Facebook engineers have revamped the company’s open source Presto query engine to run up to four times faster, making it even more feasible for very large scale data warehouse work.
“We have a large number of internal users at Facebook who use Presto on a continuous basis for data analysis. Improving query performance directly improves their productivity, so we thought through ways to make Presto even faster,” wrote Dain Sundstrom, in a blog post introducing the improvements.
Facebook created Presto to run SQL commands against large amounts of unstructured data, notably data the company kept in Hadoop file systems. Understood by countless database administrators, SQL (Structured Query Language) has long been the cornerstone of relational database systems and data analysis systems.
Last November, Facebook open sourced Presto. Like with many of the programs the company has developed in-house, Facebook is hoping others will deploy the code and submit bug fixes and improvements. Organizations could use the software to run data analysis on sets of data that would be too large, or too expensive to fit into a commercial data warehouse.
To improve performance, Facebook engineers revamped Presto’s software for reading data. The software can now directly ingest data from Hadoop systems in columns, rather than by reading them in by rows, which required additional time for restructuring the data.
The software now takes note of the minimum and maximum values of each column, which allows it to more quickly find a set of data with a small range of values. It also evaluates queries more intelligently, employing the user’s filter terms to minimize the data set being inspected, saving processing time.
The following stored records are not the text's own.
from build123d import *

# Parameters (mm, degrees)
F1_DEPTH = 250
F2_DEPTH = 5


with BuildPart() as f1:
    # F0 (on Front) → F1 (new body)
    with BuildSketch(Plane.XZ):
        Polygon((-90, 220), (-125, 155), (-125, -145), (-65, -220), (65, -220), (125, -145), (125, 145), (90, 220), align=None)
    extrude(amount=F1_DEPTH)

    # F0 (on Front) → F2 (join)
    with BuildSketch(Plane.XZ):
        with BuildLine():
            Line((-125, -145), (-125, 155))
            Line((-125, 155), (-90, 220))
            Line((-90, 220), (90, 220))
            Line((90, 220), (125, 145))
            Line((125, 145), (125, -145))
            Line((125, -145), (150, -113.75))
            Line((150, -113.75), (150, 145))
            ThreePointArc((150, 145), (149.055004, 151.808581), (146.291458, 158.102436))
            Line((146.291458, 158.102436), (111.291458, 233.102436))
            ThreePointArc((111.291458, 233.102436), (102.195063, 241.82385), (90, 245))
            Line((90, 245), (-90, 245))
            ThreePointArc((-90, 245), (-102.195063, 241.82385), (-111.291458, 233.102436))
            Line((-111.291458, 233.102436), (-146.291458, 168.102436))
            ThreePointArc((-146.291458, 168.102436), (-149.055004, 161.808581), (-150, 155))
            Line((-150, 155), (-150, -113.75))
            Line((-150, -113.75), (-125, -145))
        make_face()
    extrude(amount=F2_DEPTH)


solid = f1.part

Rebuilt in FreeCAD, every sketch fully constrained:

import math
import FreeCAD as App
import Part
import Sketcher

V = App.Vector

doc = App.newDocument("Part")
body = doc.addObject("PartDesign::Body", "Body")

# Sketch on XZ plane
sketch1 = body.newObject("Sketcher::SketchObject", "Sketch")
sketch1.AttachmentSupport = (doc.getObject("XZ_Plane"), [""])
sketch1.MapMode = "FlatFace"
sketch1.addGeometry([
    Part.LineSegment(V(-90, 220, 0), V(-125, 155, 0)),  # 0
    Part.LineSegment(V(-125, 155, 0), V(-125, -145, 0)),  # 1
    Part.LineSegment(V(-125, -145, 0), V(-65, -220, 0)),  # 2
    Part.LineSegment(V(-65, -220, 0), V(65, -220, 0)),  # 3
    Part.LineSegment(V(65, -220, 0), V(125, -145, 0)),  # 4
    Part.LineSegment(V(125, -145, 0), V(125, 145, 0)),  # 5
    Part.LineSegment(V(125, 145, 0), V(90, 220, 0)),  # 6
    Part.LineSegment(V(90, 220, 0), V(-90, 220, 0)),  # 7
], False)
sketch1.addConstraint([
    Sketcher.Constraint("Coincident", 0, 2, 1, 1),
    Sketcher.Constraint("Coincident", 1, 2, 2, 1),
    Sketcher.Constraint("Coincident", 2, 2, 3, 1),
    Sketcher.Constraint("Coincident", 3, 2, 4, 1),
    Sketcher.Constraint("Coincident", 4, 2, 5, 1),
    Sketcher.Constraint("Coincident", 5, 2, 6, 1),
    Sketcher.Constraint("Coincident", 6, 2, 7, 1),
    Sketcher.Constraint("Coincident", 7, 2, 0, 1),
    Sketcher.Constraint("Vertical", 1),
    Sketcher.Constraint("Horizontal", 3),
    Sketcher.Constraint("Vertical", 5),
    Sketcher.Constraint("Horizontal", 7),
    Sketcher.Constraint("Symmetric", 1, 2, 5, 2, -1, 1),
    Sketcher.Constraint("Horizontal", 1, 2, 4, 2),
    Sketcher.Constraint("Equal", 2, 4),
    Sketcher.Constraint("DistanceX", 3, 1, 3, 2, 130.0),
    Sketcher.Constraint("DistanceX", 7, 2, 7, 1, 180.0),
    Sketcher.Constraint("DistanceY", 1, 2, 1, 1, 300.0),
    Sketcher.Constraint("DistanceY", 5, 1, 5, 2, 290.0),
    Sketcher.Constraint("DistanceX", 0, 2, -1, 1, 125.0),
    Sketcher.Constraint("DistanceY", 2, 2, -1, 1, 220.0),
    Sketcher.Constraint("DistanceX", -1, 1, 6, 2, 90.0),
    Sketcher.Constraint("DistanceY", -1, 1, 6, 2, 220.0),
])
pad1 = body.newObject("PartDesign::Pad", "Pad")
pad1.Profile = sketch1
pad1.Length = 250

# Sketch on XZ plane
sketch2 = body.newObject("Sketcher::SketchObject", "Sketch001")
sketch2.AttachmentSupport = (doc.getObject("XZ_Plane"), [""])
sketch2.MapMode = "FlatFace"
sketch2.addGeometry([
    Part.LineSegment(V(-125, -145, 0), V(-125, 155, 0)),  # 0
    Part.LineSegment(V(-125, 155, 0), V(-90, 220, 0)),  # 1
    Part.LineSegment(V(-90, 220, 0), V(90, 220, 0)),  # 2
    Part.LineSegment(V(90, 220, 0), V(125, 145, 0)),  # 3
    Part.LineSegment(V(125, 145, 0), V(125, -145, 0)),  # 4
    Part.LineSegment(V(125, -145, 0), V(150, -114, 0)),  # 5
    Part.LineSegment(V(150, -114, 0), V(150, 145, 0)),  # 6
    Part.ArcOfCircle(Part.Circle(V(125, 145, 0), V(0, 0, 1), 25), math.radians(0), math.radians(32)),  # 7
    Part.LineSegment(V(146, 158, 0), V(111, 233, 0)),  # 8
    Part.ArcOfCircle(Part.Circle(V(90, 220, 0), V(0, 0, 1), 25), math.radians(32), math.radians(90)),  # 9
    Part.LineSegment(V(90, 245, 0), V(-90, 245, 0)),  # 10
    Part.ArcOfCircle(Part.Circle(V(-90, 220, 0), V(0, 0, 1), 25), math.radians(90), math.radians(148)),  # 11
    Part.LineSegment(V(-111, 233, 0), V(-146, 168, 0)),  # 12
    Part.ArcOfCircle(Part.Circle(V(-125, 155, 0), V(0, 0, 1), 25), math.radians(148), math.radians(180)),  # 13
    Part.LineSegment(V(-150, 155, 0), V(-150, -114, 0)),  # 14
    Part.LineSegment(V(-150, -114, 0), V(-125, -145, 0)),  # 15
], False)
sketch2.addConstraint([
    Sketcher.Constraint("Coincident", 0, 2, 1, 1),
    Sketcher.Constraint("Coincident", 1, 2, 2, 1),
    Sketcher.Constraint("Coincident", 2, 2, 3, 1),
    Sketcher.Constraint("Coincident", 3, 2, 4, 1),
    Sketcher.Constraint("Coincident", 4, 2, 5, 1),
    Sketcher.Constraint("Coincident", 5, 2, 6, 1),
    Sketcher.Constraint("Tangent", 6, 2, 7, 1),
    Sketcher.Constraint("Coincident", 7, 2, 8, 1),
    Sketcher.Constraint("Coincident", 8, 2, 9, 1),
    Sketcher.Constraint("Tangent", 9, 2, 10, 1),
    Sketcher.Constraint("Tangent", 10, 2, 11, 1),
    Sketcher.Constraint("Coincident", 11, 2, 12, 1),
    Sketcher.Constraint("Coincident", 12, 2, 13, 1),
    Sketcher.Constraint("Tangent", 13, 2, 14, 1),
    Sketcher.Constraint("Coincident", 14, 2, 15, 1),
    Sketcher.Constraint("Coincident", 15, 2, 0, 1),
    Sketcher.Constraint("Vertical", 0),
    Sketcher.Constraint("Horizontal", 2),
    Sketcher.Constraint("Vertical", 4),
    Sketcher.Constraint("Vertical", 6),
    Sketcher.Constraint("Horizontal", 10),
    Sketcher.Constraint("Vertical", 14),
    Sketcher.Constraint("Coincident", 0, 2, 13, 3),
    Sketcher.Constraint("Coincident", 1, 2, 11, 3),
    Sketcher.Constraint("Coincident", 2, 2, 9, 3),
    Sketcher.Constraint("Coincident", 3, 2, 7, 3),
    Sketcher.Constraint("Equal", 7, 13),
    Sketcher.Constraint("Symmetric", 3, 2, 15, 2, -1, 1),
    Sketcher.Constraint("Symmetric", 8, 2, 11, 2, -2),
    Sketcher.Constraint("Parallel", 3, 8),
    Sketcher.Constraint("Parallel", 1, 12),
    Sketcher.Constraint("Horizontal", 5, 2, 14, 2),
    Sketcher.Constraint("Horizontal", 4, 2, 15, 2),
    Sketcher.Constraint("Equal", 3, 8),
    Sketcher.Constraint("DistanceX", 2, 1, 2, 2, 180.0),
    Sketcher.Constraint("DistanceY", 0, 1, 0, 2, 300.0),
    Sketcher.Constraint("DistanceY", 4, 2, 4, 1, 290.0),
    Sketcher.Constraint("DistanceX", 0, 2, -1, 1, 125.0),
    Sketcher.Constraint("DistanceY", -1, 1, 1, 2, 220.0),
    Sketcher.Constraint("DistanceX", -1, 1, 5, 2, 150.0),
    Sketcher.Constraint("DistanceY", 6, 1, 6, 2, 258.75),
    Sketcher.Constraint("DistanceX", -1, 1, 7, 2, 146.291458),
])
pad2 = body.newObject("PartDesign::Pad", "Pad001")
pad2.Profile = sketch2
pad2.Length = 5

doc.recompute()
With these improvements, Facebook engineers found that Presto was able to execute single single column reads up to four times faster, as measured against a 600-million-row data set residing on 14 servers, with each server running 16 cores and 64GB of memory.
Presto seems to be gaining popularity outside of Facebook. Argyle uses the software as the basis of its own real-time fraud detection software for telecommunications companies. Presto “gives us a lot of flexibility,” said Arshak Navruzyan, Argyle vice president of product management.
Argyle paired Presto with open source data store Accumolo. Argyle’s customers keep terabytes, and even petabytes worth of user call data, which is far too large to hold in traditional data warehouses.
Presto queries serve as the basis of Argyle’s alert messaging system, which flags unusual behavior for its customers. For Argyle, Presto provides an interface for user-facing business intelligence software such as Tableau.
Airbnb also uses Presto, in conjunction with its own software, to allow employees to access the company’s operational data.
Presto is one of a number of SQL query engines developed for interrogating massive amounts of data across multiple servers in parallel. Cloudera developed Impala for similar reasons. Pivotal also created HAWQ for the same purpose, borrowing technology from its Greenplum database technology.